|
Deal in works for Cubs to add night games, premium seats
January 23, 2004
BY FRAN SPIELMAN City Hall Reporter
A City Council committee has
scheduled a hearing next Tuesday on landmark designation for
Wrigley Field, signaling that a deal is in the works to phase
in 12 more night games and allow the Cubs to build 200 premium
price seats behind home plate.
Cubs president Andy MacPhail
said last month that he had given up on the idea of adding
more night games in 2004 after an agreement empowering the
team to play 30 night games by 2006 -- up from 18 -- stalled
in a council committee at Mayor Daley's behest. That put City
Hall on the hot seat.
The mayor's 2004 budget does
not include any money for neighborhood protections in the
now mistaken assumption that the Cubs would inherit the cost
of services such as residential permit parking and shuttle
busing. But without the additional night games the Cubs have
said they intended to maintain the status quo on neighborhood
protection. That means the city would have to come up with
money that it doesn't have or leave residents hanging on such
vital issues such as sanitation, parking and congestion.
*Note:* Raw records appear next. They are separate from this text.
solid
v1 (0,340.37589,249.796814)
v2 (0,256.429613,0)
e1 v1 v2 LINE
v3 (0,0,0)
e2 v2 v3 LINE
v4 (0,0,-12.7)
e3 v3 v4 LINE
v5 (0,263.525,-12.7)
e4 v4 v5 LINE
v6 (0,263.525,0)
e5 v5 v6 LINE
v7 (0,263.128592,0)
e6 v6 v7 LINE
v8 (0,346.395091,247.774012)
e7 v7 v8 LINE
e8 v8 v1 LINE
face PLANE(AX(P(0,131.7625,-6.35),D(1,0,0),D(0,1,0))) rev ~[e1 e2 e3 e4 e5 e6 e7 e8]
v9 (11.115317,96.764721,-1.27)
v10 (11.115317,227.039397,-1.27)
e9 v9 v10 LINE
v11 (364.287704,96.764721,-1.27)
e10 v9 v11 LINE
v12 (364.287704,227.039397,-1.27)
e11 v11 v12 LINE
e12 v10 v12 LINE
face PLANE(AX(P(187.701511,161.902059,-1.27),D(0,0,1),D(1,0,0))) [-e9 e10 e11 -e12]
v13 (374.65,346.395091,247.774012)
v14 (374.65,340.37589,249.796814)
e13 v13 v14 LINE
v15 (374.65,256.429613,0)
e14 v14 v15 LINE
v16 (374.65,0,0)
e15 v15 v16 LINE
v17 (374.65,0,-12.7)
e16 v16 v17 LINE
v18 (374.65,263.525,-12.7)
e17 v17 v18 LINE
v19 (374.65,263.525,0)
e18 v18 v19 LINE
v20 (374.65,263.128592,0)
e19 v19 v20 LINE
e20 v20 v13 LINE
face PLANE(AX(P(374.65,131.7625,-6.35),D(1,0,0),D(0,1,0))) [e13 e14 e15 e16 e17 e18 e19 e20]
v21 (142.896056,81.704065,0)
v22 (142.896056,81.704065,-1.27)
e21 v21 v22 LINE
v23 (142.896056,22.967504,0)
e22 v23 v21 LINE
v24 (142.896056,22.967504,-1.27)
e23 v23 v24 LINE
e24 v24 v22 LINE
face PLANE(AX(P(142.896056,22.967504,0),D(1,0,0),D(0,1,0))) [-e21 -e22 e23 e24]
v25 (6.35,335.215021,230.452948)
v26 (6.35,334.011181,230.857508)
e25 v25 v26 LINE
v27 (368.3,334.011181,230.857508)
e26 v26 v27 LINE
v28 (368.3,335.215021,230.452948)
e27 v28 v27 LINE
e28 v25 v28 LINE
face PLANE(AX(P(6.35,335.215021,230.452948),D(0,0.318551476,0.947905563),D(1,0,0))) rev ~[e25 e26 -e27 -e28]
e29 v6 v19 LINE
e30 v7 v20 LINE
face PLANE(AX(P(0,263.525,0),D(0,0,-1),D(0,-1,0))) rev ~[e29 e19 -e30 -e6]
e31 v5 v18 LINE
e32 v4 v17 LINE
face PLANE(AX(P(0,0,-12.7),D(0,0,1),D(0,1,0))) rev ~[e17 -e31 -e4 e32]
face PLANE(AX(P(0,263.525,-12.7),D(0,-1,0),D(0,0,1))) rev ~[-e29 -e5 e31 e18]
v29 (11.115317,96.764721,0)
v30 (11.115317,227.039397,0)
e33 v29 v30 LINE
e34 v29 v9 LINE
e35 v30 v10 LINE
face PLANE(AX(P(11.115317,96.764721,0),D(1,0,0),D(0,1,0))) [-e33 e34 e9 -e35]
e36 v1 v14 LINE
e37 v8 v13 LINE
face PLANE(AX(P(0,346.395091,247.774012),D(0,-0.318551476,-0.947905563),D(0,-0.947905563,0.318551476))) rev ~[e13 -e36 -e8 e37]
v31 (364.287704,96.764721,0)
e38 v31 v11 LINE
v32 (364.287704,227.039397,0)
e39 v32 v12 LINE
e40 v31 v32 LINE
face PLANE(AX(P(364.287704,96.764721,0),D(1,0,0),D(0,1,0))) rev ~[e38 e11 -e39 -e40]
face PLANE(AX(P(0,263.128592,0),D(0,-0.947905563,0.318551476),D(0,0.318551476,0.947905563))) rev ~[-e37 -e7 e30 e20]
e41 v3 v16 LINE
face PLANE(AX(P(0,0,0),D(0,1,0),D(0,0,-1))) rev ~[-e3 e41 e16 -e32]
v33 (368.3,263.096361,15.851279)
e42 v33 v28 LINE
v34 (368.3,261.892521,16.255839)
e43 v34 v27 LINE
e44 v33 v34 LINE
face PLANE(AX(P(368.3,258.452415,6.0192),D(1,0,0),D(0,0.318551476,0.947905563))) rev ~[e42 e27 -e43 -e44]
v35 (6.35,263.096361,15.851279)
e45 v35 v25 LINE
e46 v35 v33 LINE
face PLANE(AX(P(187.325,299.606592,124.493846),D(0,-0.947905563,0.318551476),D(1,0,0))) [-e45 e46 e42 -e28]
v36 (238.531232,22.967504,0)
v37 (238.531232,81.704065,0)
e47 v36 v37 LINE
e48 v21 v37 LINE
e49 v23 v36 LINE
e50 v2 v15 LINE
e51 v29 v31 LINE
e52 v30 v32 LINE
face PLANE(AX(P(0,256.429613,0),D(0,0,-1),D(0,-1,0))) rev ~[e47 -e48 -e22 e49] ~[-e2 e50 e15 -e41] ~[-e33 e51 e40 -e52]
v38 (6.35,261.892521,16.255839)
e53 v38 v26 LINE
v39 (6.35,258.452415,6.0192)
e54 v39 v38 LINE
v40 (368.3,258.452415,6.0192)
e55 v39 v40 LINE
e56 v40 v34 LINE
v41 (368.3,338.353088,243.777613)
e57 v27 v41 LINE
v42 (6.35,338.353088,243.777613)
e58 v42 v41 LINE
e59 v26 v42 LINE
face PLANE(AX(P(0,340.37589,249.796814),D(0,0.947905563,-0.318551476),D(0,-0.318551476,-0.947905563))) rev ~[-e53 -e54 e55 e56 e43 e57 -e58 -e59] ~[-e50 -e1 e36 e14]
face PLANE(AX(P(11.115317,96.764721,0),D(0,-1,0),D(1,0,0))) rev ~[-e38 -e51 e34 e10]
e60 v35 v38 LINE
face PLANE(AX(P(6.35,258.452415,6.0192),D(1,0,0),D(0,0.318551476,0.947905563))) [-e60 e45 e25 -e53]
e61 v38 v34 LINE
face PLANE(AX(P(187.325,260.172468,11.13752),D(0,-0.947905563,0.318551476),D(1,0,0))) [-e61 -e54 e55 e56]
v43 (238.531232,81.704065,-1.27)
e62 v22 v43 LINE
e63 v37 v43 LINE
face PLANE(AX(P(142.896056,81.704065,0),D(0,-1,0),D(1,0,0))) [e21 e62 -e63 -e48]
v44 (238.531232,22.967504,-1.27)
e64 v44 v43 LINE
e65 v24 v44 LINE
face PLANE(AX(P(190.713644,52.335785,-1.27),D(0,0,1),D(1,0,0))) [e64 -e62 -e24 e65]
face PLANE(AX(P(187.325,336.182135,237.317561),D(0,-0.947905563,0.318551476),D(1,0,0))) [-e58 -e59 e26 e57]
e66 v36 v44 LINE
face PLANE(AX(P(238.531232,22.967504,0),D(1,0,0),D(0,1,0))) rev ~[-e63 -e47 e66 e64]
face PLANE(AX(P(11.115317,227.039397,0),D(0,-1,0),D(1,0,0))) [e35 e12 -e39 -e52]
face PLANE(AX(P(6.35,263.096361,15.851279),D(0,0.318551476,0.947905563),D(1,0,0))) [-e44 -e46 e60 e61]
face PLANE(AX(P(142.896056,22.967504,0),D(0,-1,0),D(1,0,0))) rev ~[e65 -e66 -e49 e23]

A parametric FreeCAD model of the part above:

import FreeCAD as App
import Part
import Sketcher
Q = App.Units.Quantity

doc = App.newDocument("Part")
body = doc.addObject("PartDesign::Body", "Body")

sketch1 = doc.addObject("Sketcher::SketchObject", "Sketch")
body.addObject(sketch1)
sketch1.AttachmentSupport = (doc.YZ_Plane, [""])
sketch1.MapMode = "FlatFace"
sketch1.addGeometry([
    Part.LineSegment(App.Vector(0, 0, 0), App.Vector(0, -12.7, 0)),
    Part.LineSegment(App.Vector(0, -12.7, 0), App.Vector(263.52, -12.7, 0)),
    Part.LineSegment(App.Vector(263.52, -12.7, 0), App.Vector(263.52, 0, 0)),
    Part.LineSegment(App.Vector(263.52, 0, 0), App.Vector(263.13, 0, 0)),
    Part.LineSegment(App.Vector(263.13, 0, 0), App.Vector(346.4, 247.77, 0)),
    Part.LineSegment(App.Vector(346.4, 247.77, 0), App.Vector(340.38, 249.8, 0)),
    Part.LineSegment(App.Vector(340.38, 249.8, 0), App.Vector(256.43, 0, 0)),
    Part.LineSegment(App.Vector(256.43, 0, 0), App.Vector(0, 0, 0)),
], False)
sketch1.addConstraint([
    Sketcher.Constraint("Coincident", 0, 2, 1, 1),
    Sketcher.Constraint("Coincident", 1, 2, 2, 1),
    Sketcher.Constraint("Coincident", 2, 2, 3, 1),
    Sketcher.Constraint("Coincident", 3, 2, 4, 1),
    Sketcher.Constraint("Coincident", 4, 2, 5, 1),
    Sketcher.Constraint("Coincident", 5, 2, 6, 1),
    Sketcher.Constraint("Coincident", 6, 2, 7, 1),
    Sketcher.Constraint("Coincident", 7, 2, 0, 1),
    Sketcher.Constraint("Vertical", 0),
In recent weeks, talks between
the Daley administration and the Cubs have heated up, City
Hall sources said.
The decision by Landmarks Committee
Chairman Arenda Troutman (20th) to put landmark designation
for Wrigley on the Tuesday agenda signals a deal is close
to being finalized.
The designation would pave the
way for the Cubs to generate $3.2 million in annual revenue
by building three rows of seats behind home plate stretching
from one dugout to the other. The tickets would cost $200
to $250.
Schedules have already been
printed and season tickets have been sold for 2004, and it
was not known whether the agreement would come soon enough
to add the first four night games this season.